Bernd Eichinger – der Indianer mit wenig Gepäck: Das ist eines der Bilder, die er gern von sich entwirft. Ein anderes ist das des Raubeins oder das des einsamen, des ruhelosen Wolfs. Zeitungen nennen ihn gern den »deutschen Tycoon«. Wenn man ihm viele Stunden lang gegenübersitzt, wirkt er anders, verletzlicher, nervöser. Das mag damit zu tun haben, dass seine Hand ein bisschen zittert, wenn er seinen Kaffee trinkt – eine Beobachtung, die man nicht überbewerten sollte, denn das schrieben Journalisten auch schon vor zwanzig Jahren über ihn. Er hat in der Branche einen guten, fast zu guten Ruf, weil er einigen Leuten geholfen hat. Aufhebens macht er nicht davon, mehr noch, er dementiert lieber, ein Wohltäter sei er weiß Gott nicht. Er gibt zu, dass ihn böse Kritiken zuweilen verletzen. Eichinger ist ein Künstler, und er will als ein solcher wahrgenommen werden. Das ist sein wunder Punkt. Da ist er empfindlich.

ZEIT: Wären Sie gern ein Genie wie vielleicht Orson Welles?

Eichinger: Der Begriff Genie … ich weiß nicht. Man sollte mit solchen Begriffen sorgsam umgehen.

ZEIT: Sie schwärmen für Maria Callas.

Eichinger: Sie ist meine absolute Göttin. Das ist die Jahrhundertstimme. Dazu kommt die Person, die Lebensgeschichte, das gehört alles zusammen. Was wir vorhin über Schauspielerinnen gesagt haben, stimmt bei Sängern natürlich auch. Du kannst nur interpretieren, was tief in dir drinnen ist. Maria Callas war eine tief emotionale, dramatische Person mit einem, oberflächlich gesehen, unglücklichen Leben. Diese Frau bedeutet mir sehr viel. Ich kann das nicht genau beschreiben.

ZEIT: Herr Eichinger, 1981 brachten Sie in Berlin den Film Christiane F.: Wir Kinder vom Bahnhof Zoo heraus. 23 Jahre später, 2004, kam Der Untergang: Können Sie das Deutschland von damals mit dem von heute vergleichen?

Eichinger: Damals war Deutschland spannender, lebendiger, politischer.

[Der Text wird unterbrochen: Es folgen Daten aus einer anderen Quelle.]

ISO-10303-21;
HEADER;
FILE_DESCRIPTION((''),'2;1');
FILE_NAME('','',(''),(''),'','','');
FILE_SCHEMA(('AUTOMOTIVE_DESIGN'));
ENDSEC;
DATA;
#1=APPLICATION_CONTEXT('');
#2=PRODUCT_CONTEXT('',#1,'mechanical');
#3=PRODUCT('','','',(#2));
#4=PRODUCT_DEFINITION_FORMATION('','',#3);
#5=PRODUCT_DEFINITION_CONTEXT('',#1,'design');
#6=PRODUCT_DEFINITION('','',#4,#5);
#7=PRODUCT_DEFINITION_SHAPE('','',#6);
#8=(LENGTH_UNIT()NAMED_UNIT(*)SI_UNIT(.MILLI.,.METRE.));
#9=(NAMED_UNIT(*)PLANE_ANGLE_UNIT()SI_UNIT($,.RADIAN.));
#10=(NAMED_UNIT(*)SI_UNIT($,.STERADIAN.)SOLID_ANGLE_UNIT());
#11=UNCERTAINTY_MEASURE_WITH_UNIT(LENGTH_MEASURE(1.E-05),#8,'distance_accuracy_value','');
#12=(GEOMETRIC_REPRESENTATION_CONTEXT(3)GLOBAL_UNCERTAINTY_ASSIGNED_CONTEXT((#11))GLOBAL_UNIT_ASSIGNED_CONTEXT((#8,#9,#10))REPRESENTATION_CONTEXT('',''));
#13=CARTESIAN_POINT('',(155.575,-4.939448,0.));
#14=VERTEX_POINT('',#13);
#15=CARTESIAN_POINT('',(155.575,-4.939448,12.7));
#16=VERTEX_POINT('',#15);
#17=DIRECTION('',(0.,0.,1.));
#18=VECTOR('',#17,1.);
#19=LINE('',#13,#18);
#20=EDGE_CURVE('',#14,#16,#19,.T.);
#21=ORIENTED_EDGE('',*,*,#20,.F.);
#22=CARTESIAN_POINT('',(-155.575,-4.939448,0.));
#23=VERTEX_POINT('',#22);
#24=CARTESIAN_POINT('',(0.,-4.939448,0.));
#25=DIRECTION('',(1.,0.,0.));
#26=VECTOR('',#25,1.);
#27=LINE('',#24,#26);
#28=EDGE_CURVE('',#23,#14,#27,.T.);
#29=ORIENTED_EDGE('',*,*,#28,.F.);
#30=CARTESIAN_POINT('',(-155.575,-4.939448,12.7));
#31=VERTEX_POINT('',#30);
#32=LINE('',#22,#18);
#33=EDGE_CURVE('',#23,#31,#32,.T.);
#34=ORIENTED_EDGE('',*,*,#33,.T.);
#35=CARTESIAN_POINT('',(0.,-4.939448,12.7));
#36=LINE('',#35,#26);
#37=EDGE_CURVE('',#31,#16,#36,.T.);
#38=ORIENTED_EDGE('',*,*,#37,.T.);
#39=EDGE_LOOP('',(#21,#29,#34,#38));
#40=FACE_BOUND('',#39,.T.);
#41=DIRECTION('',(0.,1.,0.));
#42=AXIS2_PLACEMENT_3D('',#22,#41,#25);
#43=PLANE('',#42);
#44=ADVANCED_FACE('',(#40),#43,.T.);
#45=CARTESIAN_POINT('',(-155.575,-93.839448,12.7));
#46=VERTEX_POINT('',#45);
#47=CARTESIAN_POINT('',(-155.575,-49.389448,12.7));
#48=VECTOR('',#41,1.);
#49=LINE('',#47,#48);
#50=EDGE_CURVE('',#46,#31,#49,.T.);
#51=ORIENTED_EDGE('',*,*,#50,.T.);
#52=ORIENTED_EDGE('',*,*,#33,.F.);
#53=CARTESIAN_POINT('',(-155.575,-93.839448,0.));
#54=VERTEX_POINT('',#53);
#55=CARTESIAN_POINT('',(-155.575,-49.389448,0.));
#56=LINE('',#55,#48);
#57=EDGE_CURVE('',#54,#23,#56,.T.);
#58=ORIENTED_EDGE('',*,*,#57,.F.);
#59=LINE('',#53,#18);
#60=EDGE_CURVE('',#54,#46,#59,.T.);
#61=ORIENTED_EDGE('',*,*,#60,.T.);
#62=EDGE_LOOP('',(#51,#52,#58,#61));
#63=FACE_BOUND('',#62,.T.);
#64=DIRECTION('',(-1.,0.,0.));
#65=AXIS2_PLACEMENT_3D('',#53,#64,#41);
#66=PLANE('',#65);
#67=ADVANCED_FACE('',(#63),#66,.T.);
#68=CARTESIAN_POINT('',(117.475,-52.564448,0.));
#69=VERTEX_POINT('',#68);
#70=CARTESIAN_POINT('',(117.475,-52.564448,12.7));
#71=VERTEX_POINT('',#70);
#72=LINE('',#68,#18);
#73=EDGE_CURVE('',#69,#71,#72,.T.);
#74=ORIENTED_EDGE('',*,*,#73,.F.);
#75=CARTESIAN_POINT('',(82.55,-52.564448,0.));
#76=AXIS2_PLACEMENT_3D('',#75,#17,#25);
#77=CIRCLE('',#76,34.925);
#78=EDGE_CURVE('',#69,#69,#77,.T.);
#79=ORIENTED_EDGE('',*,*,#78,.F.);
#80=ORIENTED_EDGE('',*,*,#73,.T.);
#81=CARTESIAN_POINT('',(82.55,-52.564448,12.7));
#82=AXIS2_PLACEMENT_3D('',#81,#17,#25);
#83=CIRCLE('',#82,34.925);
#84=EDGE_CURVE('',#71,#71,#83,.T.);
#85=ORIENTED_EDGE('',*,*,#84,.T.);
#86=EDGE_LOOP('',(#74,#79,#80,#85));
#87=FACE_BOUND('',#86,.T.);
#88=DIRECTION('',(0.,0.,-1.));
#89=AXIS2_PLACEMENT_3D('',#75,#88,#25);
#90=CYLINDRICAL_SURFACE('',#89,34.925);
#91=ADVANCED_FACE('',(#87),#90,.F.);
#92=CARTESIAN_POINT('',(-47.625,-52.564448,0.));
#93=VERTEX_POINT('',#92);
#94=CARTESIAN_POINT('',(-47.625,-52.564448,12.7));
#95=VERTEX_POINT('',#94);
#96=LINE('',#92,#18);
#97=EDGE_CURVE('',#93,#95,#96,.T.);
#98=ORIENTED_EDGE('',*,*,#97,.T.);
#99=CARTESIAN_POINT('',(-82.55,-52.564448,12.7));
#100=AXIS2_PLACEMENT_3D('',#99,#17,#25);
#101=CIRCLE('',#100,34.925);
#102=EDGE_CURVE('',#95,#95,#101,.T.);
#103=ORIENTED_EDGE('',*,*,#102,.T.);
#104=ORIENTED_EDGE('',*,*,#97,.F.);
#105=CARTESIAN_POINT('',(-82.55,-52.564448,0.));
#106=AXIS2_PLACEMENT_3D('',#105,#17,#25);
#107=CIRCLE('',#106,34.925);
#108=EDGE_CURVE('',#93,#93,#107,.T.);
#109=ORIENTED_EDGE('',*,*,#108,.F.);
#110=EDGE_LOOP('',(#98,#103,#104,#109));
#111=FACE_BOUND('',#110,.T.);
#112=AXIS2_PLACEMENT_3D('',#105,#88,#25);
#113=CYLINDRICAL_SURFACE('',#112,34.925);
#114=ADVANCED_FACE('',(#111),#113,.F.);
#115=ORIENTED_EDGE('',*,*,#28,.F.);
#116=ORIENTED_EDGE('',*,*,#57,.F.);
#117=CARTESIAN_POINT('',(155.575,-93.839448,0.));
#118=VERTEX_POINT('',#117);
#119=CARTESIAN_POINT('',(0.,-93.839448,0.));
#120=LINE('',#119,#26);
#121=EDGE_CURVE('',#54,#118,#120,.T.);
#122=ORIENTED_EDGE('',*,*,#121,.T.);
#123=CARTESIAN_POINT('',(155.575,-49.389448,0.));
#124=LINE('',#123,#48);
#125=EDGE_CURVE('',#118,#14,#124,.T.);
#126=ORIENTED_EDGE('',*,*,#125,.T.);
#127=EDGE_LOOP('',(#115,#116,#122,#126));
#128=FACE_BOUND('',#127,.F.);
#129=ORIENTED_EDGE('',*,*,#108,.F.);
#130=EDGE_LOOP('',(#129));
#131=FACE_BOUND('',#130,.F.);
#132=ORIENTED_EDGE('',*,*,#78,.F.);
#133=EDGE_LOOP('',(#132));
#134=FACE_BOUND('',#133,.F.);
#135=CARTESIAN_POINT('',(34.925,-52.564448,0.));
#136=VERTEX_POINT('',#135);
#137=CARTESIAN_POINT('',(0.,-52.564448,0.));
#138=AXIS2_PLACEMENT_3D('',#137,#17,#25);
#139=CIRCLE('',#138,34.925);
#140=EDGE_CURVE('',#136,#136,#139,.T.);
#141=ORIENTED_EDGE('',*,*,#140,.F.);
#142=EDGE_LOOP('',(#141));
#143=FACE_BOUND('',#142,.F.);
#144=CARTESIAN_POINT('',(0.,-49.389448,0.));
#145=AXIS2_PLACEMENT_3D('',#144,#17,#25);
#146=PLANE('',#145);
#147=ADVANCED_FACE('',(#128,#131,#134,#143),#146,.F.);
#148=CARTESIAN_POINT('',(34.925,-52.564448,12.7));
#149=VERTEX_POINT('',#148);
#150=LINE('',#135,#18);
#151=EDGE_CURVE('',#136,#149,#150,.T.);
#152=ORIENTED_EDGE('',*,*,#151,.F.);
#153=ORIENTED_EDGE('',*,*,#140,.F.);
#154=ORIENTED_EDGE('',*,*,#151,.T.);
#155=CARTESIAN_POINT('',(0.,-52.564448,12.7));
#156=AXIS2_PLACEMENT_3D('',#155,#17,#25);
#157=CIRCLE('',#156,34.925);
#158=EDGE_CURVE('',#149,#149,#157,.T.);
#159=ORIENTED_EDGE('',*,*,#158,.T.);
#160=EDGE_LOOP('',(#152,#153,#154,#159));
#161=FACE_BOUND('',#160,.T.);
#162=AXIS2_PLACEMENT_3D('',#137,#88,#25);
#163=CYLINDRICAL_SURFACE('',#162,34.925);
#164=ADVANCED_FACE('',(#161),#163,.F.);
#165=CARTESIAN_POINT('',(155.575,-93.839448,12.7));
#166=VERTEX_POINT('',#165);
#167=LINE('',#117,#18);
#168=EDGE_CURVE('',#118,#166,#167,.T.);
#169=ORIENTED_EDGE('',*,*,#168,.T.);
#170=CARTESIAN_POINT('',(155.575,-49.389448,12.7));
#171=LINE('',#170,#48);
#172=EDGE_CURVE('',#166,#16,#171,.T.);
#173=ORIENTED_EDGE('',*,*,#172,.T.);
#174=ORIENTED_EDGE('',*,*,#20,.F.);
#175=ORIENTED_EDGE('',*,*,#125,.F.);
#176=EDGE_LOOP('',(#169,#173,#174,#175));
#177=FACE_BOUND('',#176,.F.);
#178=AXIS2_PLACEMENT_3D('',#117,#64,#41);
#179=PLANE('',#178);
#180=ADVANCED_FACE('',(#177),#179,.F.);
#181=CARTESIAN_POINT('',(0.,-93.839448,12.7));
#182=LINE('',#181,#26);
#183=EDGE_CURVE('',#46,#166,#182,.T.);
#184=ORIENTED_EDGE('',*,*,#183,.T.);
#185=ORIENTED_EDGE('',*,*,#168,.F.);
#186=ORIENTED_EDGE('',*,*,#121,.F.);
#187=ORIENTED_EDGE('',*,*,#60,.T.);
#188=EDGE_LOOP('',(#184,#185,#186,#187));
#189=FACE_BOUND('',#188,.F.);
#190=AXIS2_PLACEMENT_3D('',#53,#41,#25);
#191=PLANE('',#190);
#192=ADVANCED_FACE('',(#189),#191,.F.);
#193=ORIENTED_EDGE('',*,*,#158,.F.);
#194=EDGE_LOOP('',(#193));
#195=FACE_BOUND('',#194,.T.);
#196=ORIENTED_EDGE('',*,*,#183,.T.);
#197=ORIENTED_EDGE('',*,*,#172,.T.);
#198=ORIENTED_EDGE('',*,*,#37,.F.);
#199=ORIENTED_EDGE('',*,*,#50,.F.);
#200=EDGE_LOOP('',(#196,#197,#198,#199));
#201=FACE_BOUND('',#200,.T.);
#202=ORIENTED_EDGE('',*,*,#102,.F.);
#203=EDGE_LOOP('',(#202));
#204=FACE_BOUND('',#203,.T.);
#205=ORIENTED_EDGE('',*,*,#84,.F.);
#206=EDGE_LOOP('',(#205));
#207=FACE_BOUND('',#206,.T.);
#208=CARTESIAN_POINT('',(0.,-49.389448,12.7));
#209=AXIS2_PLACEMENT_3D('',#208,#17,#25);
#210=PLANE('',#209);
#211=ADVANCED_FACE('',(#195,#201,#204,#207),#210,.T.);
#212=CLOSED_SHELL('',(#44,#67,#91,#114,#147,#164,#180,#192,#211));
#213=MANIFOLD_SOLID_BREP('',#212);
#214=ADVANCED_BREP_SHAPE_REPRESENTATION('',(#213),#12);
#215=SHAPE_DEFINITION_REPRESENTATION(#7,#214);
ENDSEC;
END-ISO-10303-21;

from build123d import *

# Parameters (mm, degrees)
F0_W     = 311.15
F0_H     = 88.9
F0_R     = 34.925
F1_DEPTH = 12.7


with BuildPart() as f1:
    # F0 (on Top) → F1 (new body)
    with BuildSketch(Plane.XY):
        with Locations((0, -49.389448)):
            Rectangle(F0_W, F0_H)
        with Locations((-82.55, -52.564448)):
            Circle(F0_R, mode=Mode.SUBTRACT)
        with Locations((0, -52.564448)):
            Circle(F0_R, mode=Mode.SUBTRACT)
        with Locations((82.55, -52.564448)):
            Circle(F0_R, mode=Mode.SUBTRACT)
    extrude(amount=F1_DEPTH)


solid = f1.part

Heute spürt man eine große Lähmung. Für mich persönlich war Christiane F. ein schwieriger Film. Auf der Pressekonferenz damals in Berlin wurde ich böse beschimpft, jetzt mache der Eichinger auch noch Geld mit dem Schicksal von Drogenabhängigen. Oder es hieß: So darf man Heroinabhängige nicht zeigen. Berlin war lange Feindesland für mich. Die politisch Korrekten mochten mich nie. Da sehe ich eine Parallele zum Untergang: Heute heißt es, so darf man doch den Hitler nicht zeigen.

 

ZEIT: Sind Sie ein Linker?

Eichinger: Ein linker Liberaler. So wie Rudolf Augstein einer war.

ZEIT: Ihr Lieblingsfilm?

Eichinger: Ich liebe das narrative Kino, die großen Epen. Es gibt natürlich viele Lieblingsfilme, aber einer der ganz großen stammt von Jean-Luc Godard. Kühn gemacht, Außer Atem heißt der Film.